Published: 05th March 2021
IISc study shows higher, faster COVID mutations in Bengaluru compared to national and global average
It found that the three Bengaluru isolates analysed had 27 mutations in the viral genomes with over 11 mutations per sample — more than both the national average of 8.4 and global average of 7.3
A study by the Indian Institute of Science (IISc), Bengaluru, has revealed that mutations in the SARS-CoV-2 virus that causes Covid-19, are occurring at a higher and faster rate in Bengaluru than the national and global average. The IISc team has also provided the first evidence of a protein that expresses itself in suppressing the body’s immune response to SARS-CoV-2 virus by using a technique called high resolution mass spectrometry.
The study of viral samples recovered from nasal secretions of consenting Covid-19-positive individuals in Bengaluru, published in the Journal of Proteome Research, found that the three Bengaluru isolates analysed had 27 mutations in the viral genomes with over 11 mutations per sample — more than both the national average of 8.4 and global average of 7.3, an institute release said.
However, precisely how virulent these mutated SARS-CoV-2 variants are, is not yet known. Utpal Tatu, Professor in the Department of Biochemistry at IISc, who led the study, told The New Indian Express, “Virulence of a certain variant comes to light only when that variant becomes stabilised.” Virus mutations keep happening, says IISc prof
Simply put, it means the virulence — or how lethal it is — is determined only when the particular variant is observed in more number of Covid-19 positive individuals, while the study was based on a limited number of samples taken from infected patients. But Prof Tatu pointed out that the study was undertaken four months ago, and “it is very likely that the number of mutations now is much higher than what was found then, as mutations keep happening.”
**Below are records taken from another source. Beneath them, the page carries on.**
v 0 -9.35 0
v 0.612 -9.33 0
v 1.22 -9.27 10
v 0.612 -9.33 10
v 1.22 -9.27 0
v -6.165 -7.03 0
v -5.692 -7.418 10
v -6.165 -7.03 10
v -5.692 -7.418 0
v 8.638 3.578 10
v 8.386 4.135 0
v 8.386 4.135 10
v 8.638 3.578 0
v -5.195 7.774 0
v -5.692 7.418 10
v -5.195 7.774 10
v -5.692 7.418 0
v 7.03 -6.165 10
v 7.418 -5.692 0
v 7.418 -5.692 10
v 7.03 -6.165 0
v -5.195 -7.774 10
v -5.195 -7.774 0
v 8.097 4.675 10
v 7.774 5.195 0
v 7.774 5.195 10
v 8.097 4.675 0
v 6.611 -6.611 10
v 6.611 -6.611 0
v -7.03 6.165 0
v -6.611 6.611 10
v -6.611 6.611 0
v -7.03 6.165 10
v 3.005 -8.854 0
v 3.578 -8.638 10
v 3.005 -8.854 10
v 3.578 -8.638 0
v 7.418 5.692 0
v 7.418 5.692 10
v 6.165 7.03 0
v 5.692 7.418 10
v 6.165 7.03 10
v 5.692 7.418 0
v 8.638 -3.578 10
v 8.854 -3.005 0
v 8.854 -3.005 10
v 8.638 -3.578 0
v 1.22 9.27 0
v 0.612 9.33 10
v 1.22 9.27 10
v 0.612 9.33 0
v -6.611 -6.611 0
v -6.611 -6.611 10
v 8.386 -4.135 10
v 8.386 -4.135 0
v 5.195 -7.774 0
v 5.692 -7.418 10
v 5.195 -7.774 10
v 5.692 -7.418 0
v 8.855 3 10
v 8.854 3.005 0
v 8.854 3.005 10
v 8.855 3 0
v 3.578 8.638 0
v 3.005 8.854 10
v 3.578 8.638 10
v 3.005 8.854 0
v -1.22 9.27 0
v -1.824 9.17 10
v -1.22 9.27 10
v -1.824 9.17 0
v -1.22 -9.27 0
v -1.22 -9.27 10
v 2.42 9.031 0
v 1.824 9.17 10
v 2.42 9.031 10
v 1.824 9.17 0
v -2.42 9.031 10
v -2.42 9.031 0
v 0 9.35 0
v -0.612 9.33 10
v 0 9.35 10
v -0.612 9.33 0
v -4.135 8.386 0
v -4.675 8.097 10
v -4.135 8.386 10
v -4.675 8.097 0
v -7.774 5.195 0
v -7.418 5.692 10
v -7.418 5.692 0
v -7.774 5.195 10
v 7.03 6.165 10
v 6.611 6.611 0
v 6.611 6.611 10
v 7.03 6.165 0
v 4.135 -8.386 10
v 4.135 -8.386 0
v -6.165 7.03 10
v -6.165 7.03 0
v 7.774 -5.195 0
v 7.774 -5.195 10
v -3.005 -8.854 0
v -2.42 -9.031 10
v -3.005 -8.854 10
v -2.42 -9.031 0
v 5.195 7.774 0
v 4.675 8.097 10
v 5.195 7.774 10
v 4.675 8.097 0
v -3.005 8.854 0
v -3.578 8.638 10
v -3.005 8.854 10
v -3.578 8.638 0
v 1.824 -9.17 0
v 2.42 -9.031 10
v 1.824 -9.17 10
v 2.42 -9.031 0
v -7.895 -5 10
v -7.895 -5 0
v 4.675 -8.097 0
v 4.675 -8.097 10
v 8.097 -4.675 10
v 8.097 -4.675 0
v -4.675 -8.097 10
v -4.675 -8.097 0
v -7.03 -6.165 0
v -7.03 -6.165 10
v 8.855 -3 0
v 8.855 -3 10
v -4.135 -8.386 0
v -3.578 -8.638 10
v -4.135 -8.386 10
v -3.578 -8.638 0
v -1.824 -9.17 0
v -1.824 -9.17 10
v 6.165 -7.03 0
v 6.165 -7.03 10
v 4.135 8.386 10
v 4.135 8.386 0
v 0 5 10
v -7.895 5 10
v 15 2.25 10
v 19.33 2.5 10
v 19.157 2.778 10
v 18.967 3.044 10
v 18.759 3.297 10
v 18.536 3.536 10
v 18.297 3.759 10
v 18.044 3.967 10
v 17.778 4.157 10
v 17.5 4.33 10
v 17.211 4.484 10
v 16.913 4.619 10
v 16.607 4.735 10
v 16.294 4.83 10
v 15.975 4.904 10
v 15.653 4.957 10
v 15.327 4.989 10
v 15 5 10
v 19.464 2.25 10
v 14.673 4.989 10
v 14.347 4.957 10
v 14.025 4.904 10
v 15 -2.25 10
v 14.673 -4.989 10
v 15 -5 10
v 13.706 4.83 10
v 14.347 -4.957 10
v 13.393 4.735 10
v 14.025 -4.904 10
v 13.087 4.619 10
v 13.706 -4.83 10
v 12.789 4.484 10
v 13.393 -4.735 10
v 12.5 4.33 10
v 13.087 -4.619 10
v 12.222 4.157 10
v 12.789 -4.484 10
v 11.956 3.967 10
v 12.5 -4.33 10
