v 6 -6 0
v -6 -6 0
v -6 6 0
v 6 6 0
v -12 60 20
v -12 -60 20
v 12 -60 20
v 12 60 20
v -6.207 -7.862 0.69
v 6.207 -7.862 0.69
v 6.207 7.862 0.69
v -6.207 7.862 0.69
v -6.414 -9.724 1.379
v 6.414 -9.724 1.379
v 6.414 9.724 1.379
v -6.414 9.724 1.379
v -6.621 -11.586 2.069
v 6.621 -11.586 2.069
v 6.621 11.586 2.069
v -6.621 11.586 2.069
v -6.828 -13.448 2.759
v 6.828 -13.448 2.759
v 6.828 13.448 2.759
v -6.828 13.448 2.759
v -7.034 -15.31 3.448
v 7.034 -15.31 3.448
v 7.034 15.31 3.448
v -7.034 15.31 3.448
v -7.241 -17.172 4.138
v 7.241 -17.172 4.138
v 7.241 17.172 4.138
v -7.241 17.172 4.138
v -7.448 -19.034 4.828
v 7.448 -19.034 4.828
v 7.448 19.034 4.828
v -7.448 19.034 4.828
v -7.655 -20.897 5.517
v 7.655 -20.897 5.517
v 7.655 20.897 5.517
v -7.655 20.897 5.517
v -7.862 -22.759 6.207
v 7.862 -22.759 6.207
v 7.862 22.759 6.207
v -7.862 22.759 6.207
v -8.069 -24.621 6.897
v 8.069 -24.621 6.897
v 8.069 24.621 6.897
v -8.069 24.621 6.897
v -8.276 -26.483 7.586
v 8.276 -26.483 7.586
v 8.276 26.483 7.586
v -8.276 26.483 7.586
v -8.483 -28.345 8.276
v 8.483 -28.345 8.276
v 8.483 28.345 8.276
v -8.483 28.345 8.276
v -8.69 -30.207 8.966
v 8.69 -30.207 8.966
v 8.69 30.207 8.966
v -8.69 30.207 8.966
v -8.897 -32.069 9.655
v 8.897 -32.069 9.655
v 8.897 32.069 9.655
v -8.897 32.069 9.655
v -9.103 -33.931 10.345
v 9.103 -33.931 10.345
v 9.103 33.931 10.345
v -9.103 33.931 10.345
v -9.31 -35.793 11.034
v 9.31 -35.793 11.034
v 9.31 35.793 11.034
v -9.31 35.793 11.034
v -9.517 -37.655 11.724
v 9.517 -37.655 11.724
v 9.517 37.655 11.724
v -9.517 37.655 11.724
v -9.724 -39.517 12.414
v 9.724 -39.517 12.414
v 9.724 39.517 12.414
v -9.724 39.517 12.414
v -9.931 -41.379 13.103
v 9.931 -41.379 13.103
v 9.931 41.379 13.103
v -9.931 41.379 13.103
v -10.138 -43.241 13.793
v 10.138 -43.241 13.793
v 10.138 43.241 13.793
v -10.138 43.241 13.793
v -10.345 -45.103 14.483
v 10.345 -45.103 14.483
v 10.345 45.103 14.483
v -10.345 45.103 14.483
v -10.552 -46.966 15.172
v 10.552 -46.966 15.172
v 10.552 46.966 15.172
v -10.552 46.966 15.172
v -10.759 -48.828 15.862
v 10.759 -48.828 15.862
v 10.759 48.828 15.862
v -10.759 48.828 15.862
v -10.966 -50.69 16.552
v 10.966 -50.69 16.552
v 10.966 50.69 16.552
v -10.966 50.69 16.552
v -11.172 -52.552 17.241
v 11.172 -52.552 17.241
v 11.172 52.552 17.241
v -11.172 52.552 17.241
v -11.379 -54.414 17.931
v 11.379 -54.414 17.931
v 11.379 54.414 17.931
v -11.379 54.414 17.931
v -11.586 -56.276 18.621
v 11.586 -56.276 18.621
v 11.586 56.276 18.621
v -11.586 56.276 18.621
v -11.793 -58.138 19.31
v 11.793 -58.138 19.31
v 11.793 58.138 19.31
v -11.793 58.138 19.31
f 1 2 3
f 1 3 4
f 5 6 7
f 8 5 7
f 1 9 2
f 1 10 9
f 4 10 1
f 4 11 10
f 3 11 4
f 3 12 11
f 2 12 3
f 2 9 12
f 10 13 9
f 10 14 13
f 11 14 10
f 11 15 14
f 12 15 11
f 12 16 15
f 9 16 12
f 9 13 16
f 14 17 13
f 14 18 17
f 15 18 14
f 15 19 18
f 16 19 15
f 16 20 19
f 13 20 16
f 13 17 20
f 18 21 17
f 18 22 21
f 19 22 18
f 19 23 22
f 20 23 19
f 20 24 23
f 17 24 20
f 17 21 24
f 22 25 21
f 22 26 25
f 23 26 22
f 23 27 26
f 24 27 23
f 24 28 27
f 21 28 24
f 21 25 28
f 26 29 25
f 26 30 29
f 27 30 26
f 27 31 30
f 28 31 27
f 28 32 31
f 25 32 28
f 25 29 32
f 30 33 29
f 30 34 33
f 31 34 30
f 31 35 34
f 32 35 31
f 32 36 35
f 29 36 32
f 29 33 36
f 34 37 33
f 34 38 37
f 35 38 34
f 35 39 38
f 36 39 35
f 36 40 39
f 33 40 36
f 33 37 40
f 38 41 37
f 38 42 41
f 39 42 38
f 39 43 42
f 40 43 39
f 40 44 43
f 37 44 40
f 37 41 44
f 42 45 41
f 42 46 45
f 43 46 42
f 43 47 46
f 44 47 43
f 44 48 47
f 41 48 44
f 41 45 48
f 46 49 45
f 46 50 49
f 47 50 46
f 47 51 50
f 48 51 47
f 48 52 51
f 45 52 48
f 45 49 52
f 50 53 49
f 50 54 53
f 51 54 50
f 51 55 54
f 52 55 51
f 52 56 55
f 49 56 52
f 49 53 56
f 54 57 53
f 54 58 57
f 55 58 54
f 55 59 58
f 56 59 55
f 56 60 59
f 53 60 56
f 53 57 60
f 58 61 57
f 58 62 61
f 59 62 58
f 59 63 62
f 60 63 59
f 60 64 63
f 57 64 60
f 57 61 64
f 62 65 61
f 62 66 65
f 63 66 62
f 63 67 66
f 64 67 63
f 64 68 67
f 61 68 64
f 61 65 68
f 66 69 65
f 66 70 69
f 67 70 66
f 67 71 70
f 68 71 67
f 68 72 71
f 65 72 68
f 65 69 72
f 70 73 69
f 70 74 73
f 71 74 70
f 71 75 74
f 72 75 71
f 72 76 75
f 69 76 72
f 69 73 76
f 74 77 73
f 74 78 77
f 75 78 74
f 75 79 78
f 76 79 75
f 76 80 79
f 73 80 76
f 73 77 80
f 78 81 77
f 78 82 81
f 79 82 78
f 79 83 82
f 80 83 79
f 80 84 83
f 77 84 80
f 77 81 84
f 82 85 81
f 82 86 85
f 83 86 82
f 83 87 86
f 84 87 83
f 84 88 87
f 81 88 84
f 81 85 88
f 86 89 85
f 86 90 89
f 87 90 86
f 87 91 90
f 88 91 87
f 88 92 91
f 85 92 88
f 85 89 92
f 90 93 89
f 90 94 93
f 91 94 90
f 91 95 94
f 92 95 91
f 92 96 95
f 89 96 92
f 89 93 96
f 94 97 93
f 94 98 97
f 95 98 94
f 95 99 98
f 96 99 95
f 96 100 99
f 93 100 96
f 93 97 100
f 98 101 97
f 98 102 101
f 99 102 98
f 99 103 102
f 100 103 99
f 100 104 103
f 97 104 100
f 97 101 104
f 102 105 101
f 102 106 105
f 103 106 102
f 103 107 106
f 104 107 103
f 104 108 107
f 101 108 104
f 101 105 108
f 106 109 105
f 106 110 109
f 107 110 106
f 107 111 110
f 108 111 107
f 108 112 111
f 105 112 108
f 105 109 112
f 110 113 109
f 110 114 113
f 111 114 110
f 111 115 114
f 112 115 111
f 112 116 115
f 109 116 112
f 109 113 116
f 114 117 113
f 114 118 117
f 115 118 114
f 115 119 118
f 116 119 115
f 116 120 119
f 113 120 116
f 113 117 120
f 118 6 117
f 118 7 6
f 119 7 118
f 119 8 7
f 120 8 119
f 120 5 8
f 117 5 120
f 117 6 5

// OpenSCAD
//linear_extrude(height=20,scale=0)
//    square(12,center=true);

//linear_extrude(height=20,scale=10)
//    square(12,center=true);

linear_extrude(height=20,scale=[2,10])
    square(12,center=true);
To better understand how the virus is mutating and its protein biology, the Prof Tatu-led team carried out a comprehensive ‘proteo-genomic’ investigation — a series of analyses of SARS-CoV-2 isolates. The genomic analysis was done using what molecular biologists call ‘next generation sequencing’ (NGS), a technology that allows rapid sequencing of the entire genome. The phylogenetic analysis — a study of the evolutionary development of a species, a group of organisms, or a particular characteristic of an organism — found that the Bengaluru isolates are most closely related to the one from Bangladesh.
It showed that the viral isolates in India have multiple origins rather than having evolved from a single ancestral variant. Protein suppressing human immune response discovered The study also detected 13 different proteins – most of them previously unidentified – from clinical samples. One such protein, the “Orf9b”, which suppresses the host’s immune response, had merely been predicted, but the IISc team has provided the first evidence of its action in impacting the human immune response to Covid-19.
The SARS-CoV-2 genome is coded for more than 25 proteins, but only a handful of these had been identified so far. However, the IISc team discovered as many as 441 proteins unique to Covid-19 positive patients, many of which are speculated to play a key role in the body’s immune response. For this, the team carried out proteomic analysis using a technique called high resolution mass spectrometry.
“Studying viral proteins provides functional information, which is currently not well represented,” Tatu said. “Just knowing how the virus functions is not enough. We need to put it in the context of the host,” he explained. It was in the third analysis that his team explored how the human body responds to the virus by examining host proteins, which led to the discovery of the 441 proteins unique to Covid-19 patients.
Prof Tatu said his team is upbeat about the potential this method (high resolution mass spectrometry) has for large-scale testing. He said proteins can be reliable markers of infections like Covid-19 because they are more abundant and stable as compared to RNA molecules on which the prevalent RT-PCR tests rely. Sheetal Tushir, a PhD student and the study’s first author, said, “The best thing we can hope to see in this century is the use of mass spectrometry as a basic technique for diagnostics.”